An example that we could take would be American or European politicians celebrating the equal rule of law. That is a basic principle of liberal government, and their legal systems are structured so that the law applies equally to all. (Let's leave Hungary and Poland aside for the moment.)

On the other hand, social and economic factors, ranging from access to qualified attorneys to rascist police practices to official corruption and other factors besides, mean that in lived reality the rule of law does not apply equally to all. Labor unions have known since they have existed that formal equality before the law does not make real class factors disappear. But that doesn't mean that the formal equal rule of law should be abandoned. It also means that it is important for political leaders to support the formal rule of law. And they can and should use the principle of equal rule of law to address the actual impediments to realizing it in practice.

In his 2018 Afterword, he discusses both formal research and his own observations of the 2016 Presidential campaign to elaborate differences in public perception of policies who they take to be liars and those they perceive to be hypocrites.

Runciman argues that in the 2016 election, Hillary Clinton was probably more damaged by perceptions of her as a hypocrite than Trump was damaged by clearly and obviously being a liar. But he also discusses how voter perceptions of hypocrisy and dishonesty in serving officials is different than for political challengers.

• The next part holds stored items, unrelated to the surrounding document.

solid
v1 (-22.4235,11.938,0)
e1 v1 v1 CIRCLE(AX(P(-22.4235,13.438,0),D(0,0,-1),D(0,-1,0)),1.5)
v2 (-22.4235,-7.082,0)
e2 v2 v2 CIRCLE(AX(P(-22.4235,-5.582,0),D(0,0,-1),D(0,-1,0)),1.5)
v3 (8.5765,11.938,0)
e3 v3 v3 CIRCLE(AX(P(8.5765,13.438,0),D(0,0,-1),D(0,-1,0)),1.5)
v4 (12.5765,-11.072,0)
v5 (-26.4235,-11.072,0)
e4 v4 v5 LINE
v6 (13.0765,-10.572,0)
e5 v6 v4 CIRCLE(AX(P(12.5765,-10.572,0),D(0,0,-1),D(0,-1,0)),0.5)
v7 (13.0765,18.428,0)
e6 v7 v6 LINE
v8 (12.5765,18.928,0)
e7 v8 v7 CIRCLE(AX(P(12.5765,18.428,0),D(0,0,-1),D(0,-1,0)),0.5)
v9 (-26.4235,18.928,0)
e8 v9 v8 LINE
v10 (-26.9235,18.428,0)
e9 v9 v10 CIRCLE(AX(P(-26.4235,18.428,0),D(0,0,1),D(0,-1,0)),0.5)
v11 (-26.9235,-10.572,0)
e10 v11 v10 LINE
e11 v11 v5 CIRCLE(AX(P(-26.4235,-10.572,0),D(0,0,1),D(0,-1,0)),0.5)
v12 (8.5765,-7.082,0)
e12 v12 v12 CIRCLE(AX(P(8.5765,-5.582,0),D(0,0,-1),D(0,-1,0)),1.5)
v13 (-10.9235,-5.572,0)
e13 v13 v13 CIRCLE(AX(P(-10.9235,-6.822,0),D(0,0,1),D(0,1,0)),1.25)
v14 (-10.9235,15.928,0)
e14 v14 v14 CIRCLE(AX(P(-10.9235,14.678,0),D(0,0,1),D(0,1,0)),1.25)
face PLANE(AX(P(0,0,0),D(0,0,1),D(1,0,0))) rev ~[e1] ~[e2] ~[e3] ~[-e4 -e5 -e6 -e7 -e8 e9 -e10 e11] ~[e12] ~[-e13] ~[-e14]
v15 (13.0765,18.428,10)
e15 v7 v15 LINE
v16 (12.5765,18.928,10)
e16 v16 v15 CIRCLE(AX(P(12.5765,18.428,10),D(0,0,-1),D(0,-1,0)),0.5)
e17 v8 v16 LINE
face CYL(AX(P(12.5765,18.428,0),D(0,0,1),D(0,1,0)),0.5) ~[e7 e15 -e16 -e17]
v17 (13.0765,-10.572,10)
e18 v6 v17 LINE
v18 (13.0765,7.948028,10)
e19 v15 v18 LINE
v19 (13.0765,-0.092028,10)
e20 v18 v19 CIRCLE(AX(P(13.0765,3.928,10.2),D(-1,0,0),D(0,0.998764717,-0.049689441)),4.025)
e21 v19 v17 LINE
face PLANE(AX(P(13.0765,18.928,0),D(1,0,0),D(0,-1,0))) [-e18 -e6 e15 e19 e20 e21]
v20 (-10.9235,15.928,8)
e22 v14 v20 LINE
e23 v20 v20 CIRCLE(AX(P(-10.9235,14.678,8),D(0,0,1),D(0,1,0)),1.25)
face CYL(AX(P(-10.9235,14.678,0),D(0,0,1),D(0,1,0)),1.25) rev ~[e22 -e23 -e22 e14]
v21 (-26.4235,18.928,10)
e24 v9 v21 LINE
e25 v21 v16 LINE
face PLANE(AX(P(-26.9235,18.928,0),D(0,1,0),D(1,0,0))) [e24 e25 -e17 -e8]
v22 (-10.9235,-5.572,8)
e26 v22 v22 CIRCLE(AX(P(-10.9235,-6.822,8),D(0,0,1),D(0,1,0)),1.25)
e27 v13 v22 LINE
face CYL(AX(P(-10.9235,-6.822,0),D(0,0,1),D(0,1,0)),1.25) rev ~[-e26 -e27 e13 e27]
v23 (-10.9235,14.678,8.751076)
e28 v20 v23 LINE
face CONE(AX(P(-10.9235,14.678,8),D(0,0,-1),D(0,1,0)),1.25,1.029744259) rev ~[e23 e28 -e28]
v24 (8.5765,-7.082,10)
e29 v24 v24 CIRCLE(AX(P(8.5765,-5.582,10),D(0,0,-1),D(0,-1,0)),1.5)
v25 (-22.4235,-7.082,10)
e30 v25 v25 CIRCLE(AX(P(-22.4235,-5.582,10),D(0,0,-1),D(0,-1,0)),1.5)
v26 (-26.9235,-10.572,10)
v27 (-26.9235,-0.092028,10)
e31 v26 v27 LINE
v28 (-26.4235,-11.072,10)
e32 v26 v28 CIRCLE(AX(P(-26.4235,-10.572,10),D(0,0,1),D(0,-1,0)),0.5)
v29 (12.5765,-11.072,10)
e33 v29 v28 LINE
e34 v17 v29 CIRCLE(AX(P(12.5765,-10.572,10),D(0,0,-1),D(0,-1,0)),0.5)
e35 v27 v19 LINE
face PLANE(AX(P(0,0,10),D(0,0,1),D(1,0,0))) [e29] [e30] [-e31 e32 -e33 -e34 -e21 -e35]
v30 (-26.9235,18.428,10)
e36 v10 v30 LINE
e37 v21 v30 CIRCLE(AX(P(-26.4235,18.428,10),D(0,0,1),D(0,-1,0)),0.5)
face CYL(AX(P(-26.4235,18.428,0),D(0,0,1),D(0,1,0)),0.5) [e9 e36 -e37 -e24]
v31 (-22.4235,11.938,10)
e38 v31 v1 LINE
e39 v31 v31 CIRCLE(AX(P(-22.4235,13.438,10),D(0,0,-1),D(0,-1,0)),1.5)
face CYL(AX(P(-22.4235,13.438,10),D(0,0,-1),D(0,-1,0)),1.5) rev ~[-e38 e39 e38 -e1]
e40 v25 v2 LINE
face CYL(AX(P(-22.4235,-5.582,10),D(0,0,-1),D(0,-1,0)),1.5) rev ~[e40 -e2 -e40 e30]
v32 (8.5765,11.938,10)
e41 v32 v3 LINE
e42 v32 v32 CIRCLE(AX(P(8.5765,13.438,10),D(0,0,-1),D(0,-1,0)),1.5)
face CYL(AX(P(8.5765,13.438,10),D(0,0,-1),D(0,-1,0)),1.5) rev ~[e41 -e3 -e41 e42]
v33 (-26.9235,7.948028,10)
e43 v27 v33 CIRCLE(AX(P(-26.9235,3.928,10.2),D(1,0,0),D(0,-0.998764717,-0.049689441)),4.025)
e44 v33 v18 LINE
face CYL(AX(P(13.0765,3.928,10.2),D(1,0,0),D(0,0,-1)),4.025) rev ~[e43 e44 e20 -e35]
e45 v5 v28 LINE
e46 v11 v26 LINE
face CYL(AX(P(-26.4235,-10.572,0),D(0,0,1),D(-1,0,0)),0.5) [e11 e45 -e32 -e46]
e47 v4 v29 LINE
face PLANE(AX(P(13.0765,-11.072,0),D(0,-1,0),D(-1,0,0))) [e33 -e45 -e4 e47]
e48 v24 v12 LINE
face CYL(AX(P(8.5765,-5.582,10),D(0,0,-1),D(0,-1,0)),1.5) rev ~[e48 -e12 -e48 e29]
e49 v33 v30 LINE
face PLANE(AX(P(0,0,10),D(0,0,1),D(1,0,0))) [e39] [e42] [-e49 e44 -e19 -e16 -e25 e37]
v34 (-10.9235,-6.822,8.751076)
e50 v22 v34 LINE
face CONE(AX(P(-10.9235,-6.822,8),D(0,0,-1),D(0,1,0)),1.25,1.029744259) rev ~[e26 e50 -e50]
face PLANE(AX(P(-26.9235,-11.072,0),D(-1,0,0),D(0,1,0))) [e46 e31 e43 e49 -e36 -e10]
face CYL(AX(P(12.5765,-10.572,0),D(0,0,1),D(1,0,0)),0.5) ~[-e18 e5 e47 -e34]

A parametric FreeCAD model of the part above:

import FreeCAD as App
import Part
import Sketcher

V = App.Vector
Q = App.Units.Quantity


def edges_at(feature, points):
    """Names of the edges that pass closest to the given points."""
    edges = feature.Shape.Edges
    near = lambda p: min(range(len(edges)), key=lambda i: edges[i].distToShape(Part.Vertex(*p))[0])
    return sorted({f"Edge{near(p) + 1}" for p in points})

doc = App.newDocument("Part")
body = doc.addObject("PartDesign::Body", "Body")

# Sketch on XY plane
sketch1 = doc.addObject("Sketcher::SketchObject", "Sketch")
body.addObject(sketch1)
sketch1.AttachmentSupport = (doc.XY_Plane, [""])
sketch1.MapMode = "FlatFace"
sketch1.addGeometry([
    Part.LineSegment(V(13.0765, 18.928, 0), V(-26.9235, 18.928, 0)),
    Part.LineSegment(V(-26.9235, 18.928, 0), V(-26.9235, -11.072, 0)),
    Part.LineSegment(V(-26.9235, -11.072, 0), V(13.0765, -11.072, 0)),
    Part.LineSegment(V(13.0765, -11.072, 0), V(13.0765, 18.928, 0)),
], False)
sketch1.addConstraint([
    Sketcher.Constraint("Coincident", 0, 2, 1, 1),
    Sketcher.Constraint("Coincident", 1, 2, 2, 1),
    Sketcher.Constraint("Coincident", 2, 2, 3, 1),
    Sketcher.Constraint("Coincident", 3, 2, 0, 1),
    Sketcher.Constraint("Horizontal", 0),
    Sketcher.Constraint("Vertical", 1),
    Sketcher.Constraint("Horizontal", 2),
    Sketcher.Constraint("Vertical", 3),
    Sketcher.Constraint("DistanceX", 0, 2, 0, 1, Q("40 mm")),
    Sketcher.Constraint("DistanceY", 1, 2, 1, 1, Q("30 mm")),
    Sketcher.Constraint("DistanceY", -1, 1, 0, 2, Q("18.928 mm")),
    Sketcher.Constraint("DistanceX", 0, 2, -1, 1, Q("26.9235 mm")),
])
pad1 = doc.addObject("PartDesign::Pad", "Pad")
body.addObject(pad1)
pad1.Profile = sketch1
pad1.Length = 10

# Sketch on YZ plane
sketch2 = doc.addObject("Sketcher::SketchObject", "Sketch001")
body.addObject(sketch2)
sketch2.AttachmentSupport = (doc.YZ_Plane, [""])
sketch2.MapMode = "FlatFace"
sketch2.AttachmentOffset = App.Placement(V(0, 0, 13.0765), App.Rotation())
sketch2.addGeometry(Part.Circle(V(3.928, 10.2, 0), V(0, 0, 1), 4.025), False)
sketch2.addConstraint([
    Sketcher.Constraint("Diameter", 0, Q("8.05 mm")),
    Sketcher.Constraint("DistanceY", -1, 1, 0, 3, Q("10.2 mm")),
    Sketcher.Constraint("DistanceX", -1, 1, 0, 3, Q("3.928 mm")),
])
pocket1 = doc.addObject("PartDesign::Pocket", "Pocket")
body.addObject(pocket1)
pocket1.Profile = sketch2
pocket1.Type = "ThroughAll"

# Sketch on XY plane
sketch3 = doc.addObject("Sketcher::SketchObject", "Sketch002")
body.addObject(sketch3)
sketch3.AttachmentSupport = (doc.XY_Plane, [""])
sketch3.MapMode = "FlatFace"
sketch3.AttachmentOffset = App.Placement(V(0, 0, 10), App.Rotation())
sketch3.addGeometry([
    Part.Circle(V(8.5765, -5.582, 0), V(0, 0, 1), 1.5),
    Part.Circle(V(-22.4235, -5.582, 0), V(0, 0, 1), 1.5),
    Part.Circle(V(8.5765, 13.438, 0), V(0, 0, 1), 1.5),
    Part.Circle(V(-22.4235, 13.438, 0), V(0, 0, 1), 1.5),
], False)
sketch3.addConstraint([
    Sketcher.Constraint("Equal", 0, 1),
    Sketcher.Constraint("Equal", 1, 2),
    Sketcher.Constraint("Equal", 2, 3),
    Sketcher.Constraint("Horizontal", 0, 3, 1, 3),
    Sketcher.Constraint("Horizontal", 2, 3, 3, 3),
    Sketcher.Constraint("Vertical", 0, 3, 2, 3),
    Sketcher.Constraint("Vertical", 1, 3, 3, 3),
    Sketcher.Constraint("Diameter", 0, Q("3 mm")),
    Sketcher.Constraint("DistanceX", 1, 3, 0, 3, Q("31 mm")),
    Sketcher.Constraint("DistanceY", 0, 3, 2, 3, Q("19.02 mm")),
    Sketcher.Constraint("DistanceY", 0, 3, -1, 1, Q("5.582 mm")),
    Sketcher.Constraint("DistanceX", -1, 1, 0, 3, Q("8.5765 mm")),
])
doc.recompute()
hole = doc.addObject("PartDesign::Hole", "Hole")
body.addObject(hole)
hole.Profile = sketch3
hole.ThreadType = "None"
hole.Diameter = 3
hole.DepthType = "Dimension"
hole.Depth = 20
hole.DrillPoint = "Angled"
hole.DrillPointAngle = 118
doc.recompute()

fillet = doc.addObject("PartDesign::Fillet", "Fillet")
body.addObject(fillet)
fillet.Base = (hole, edges_at(hole, [
    (13.076, 18.928, 5),
    (-26.924, 18.928, 5),
    (13.076, -11.072, 5),
    (-26.924, -11.072, 5),
]))
fillet.Radius = 0.5

# Sketch on XY plane
sketch4 = doc.addObject("Sketcher::SketchObject", "Sketch003")
body.addObject(sketch4)
sketch4.AttachmentSupport = (doc.XY_Plane, [""])
sketch4.MapMode = "FlatFace"
sketch4.addGeometry([
    Part.Circle(V(-10.9235, -6.822, 0), V(0, 0, 1), 1.25),
    Part.Circle(V(-10.9235, 14.678, 0), V(0, 0, 1), 1.25),
], False)
sketch4.addConstraint([
    Sketcher.Constraint("Equal", 0, 1),
    Sketcher.Constraint("Vertical", 0, 3, 1, 3),
    Sketcher.Constraint("Diameter", 0, Q("2.5 mm")),
    Sketcher.Constraint("DistanceY", 0, 3, 1, 3, Q("21.5 mm")),
    Sketcher.Constraint("DistanceY", 0, 3, -1, 1, Q("6.822 mm")),
    Sketcher.Constraint("DistanceX", 0, 3, -1, 1, Q("10.9235 mm")),
])
doc.recompute()
hole2 = doc.addObject("PartDesign::Hole", "Hole001")
body.addObject(hole2)
hole2.Profile = sketch4
hole2.ThreadType = "None"
hole2.Diameter = 2.5
hole2.DepthType = "Dimension"
hole2.Depth = 8
hole2.DrillPoint = "Angled"
hole2.DrillPointAngle = 118
hole2.Reversed = True

doc.recompute()
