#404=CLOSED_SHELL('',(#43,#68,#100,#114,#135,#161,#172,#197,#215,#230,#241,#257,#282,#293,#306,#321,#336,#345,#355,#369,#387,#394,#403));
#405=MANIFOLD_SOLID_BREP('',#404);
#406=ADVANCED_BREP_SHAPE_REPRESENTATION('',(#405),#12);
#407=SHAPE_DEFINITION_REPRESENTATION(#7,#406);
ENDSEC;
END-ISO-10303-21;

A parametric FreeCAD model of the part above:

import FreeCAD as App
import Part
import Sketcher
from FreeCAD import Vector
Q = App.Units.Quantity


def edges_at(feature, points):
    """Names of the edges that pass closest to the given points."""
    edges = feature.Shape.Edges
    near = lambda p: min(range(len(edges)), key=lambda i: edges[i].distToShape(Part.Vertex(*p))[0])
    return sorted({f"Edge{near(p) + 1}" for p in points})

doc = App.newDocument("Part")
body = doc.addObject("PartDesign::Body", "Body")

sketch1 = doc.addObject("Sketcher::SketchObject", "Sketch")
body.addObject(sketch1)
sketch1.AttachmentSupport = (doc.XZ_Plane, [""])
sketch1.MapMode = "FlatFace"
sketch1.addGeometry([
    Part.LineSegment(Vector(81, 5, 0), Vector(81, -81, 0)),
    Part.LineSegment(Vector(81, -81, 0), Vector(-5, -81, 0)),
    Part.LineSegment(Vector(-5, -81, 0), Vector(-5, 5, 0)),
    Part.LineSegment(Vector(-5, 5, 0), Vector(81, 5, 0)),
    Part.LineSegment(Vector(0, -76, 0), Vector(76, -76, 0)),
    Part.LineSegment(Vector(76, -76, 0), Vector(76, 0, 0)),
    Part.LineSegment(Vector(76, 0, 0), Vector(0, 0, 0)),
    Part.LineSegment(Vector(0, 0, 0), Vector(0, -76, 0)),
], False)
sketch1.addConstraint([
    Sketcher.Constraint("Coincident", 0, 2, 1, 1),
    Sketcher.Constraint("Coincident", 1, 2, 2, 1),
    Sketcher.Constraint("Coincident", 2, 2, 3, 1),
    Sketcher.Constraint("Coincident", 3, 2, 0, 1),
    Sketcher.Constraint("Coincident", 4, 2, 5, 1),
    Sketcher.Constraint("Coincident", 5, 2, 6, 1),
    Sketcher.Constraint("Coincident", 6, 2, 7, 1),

He sees that the Hillary Clinton/Donald Trump 2016 race "was the definitive embodiment of the clash between the honest hypocrite and the sincere liar; and ... the liar won." His concept of "honest hypocrites" refers to those practicing "a form of reserve or holding back in the spirit of avoiding untruths." On the other hand, politicians who are more comfortable with lying about their own positions or feelings can come off more sympathetic, because they are better at feigning empathy, concern, and agreement.

Here I find myself raising a caution. Because this line of analysis is uncomfortably similar on the surface to the lazy American pundits' focus on theater criticism in their reporting of campaigns. Particularly their silly obsession with "authenticity". Our corporate media pundits thought the plutocrat trust-fund-baby George W. Bush was "authentic," because he was "the kind of guy you want to have a beer with." Mark Shields alone must have used that line a hundred times during the 2000 campaign. It was also a weird thing to say about a guy who was open about having had an alcohol problem. The same establishment pundits also ridiculed Al Gore in 2000 and John Kerry in 2004 being "inauthentic" stiffs.

The pundit version of "authenticity" is painfully superficial. But even today, in a Twitter-and-YouTube political world, the corporate media is still a major influence on how politicians come across to the general public, especially in a Presidential race.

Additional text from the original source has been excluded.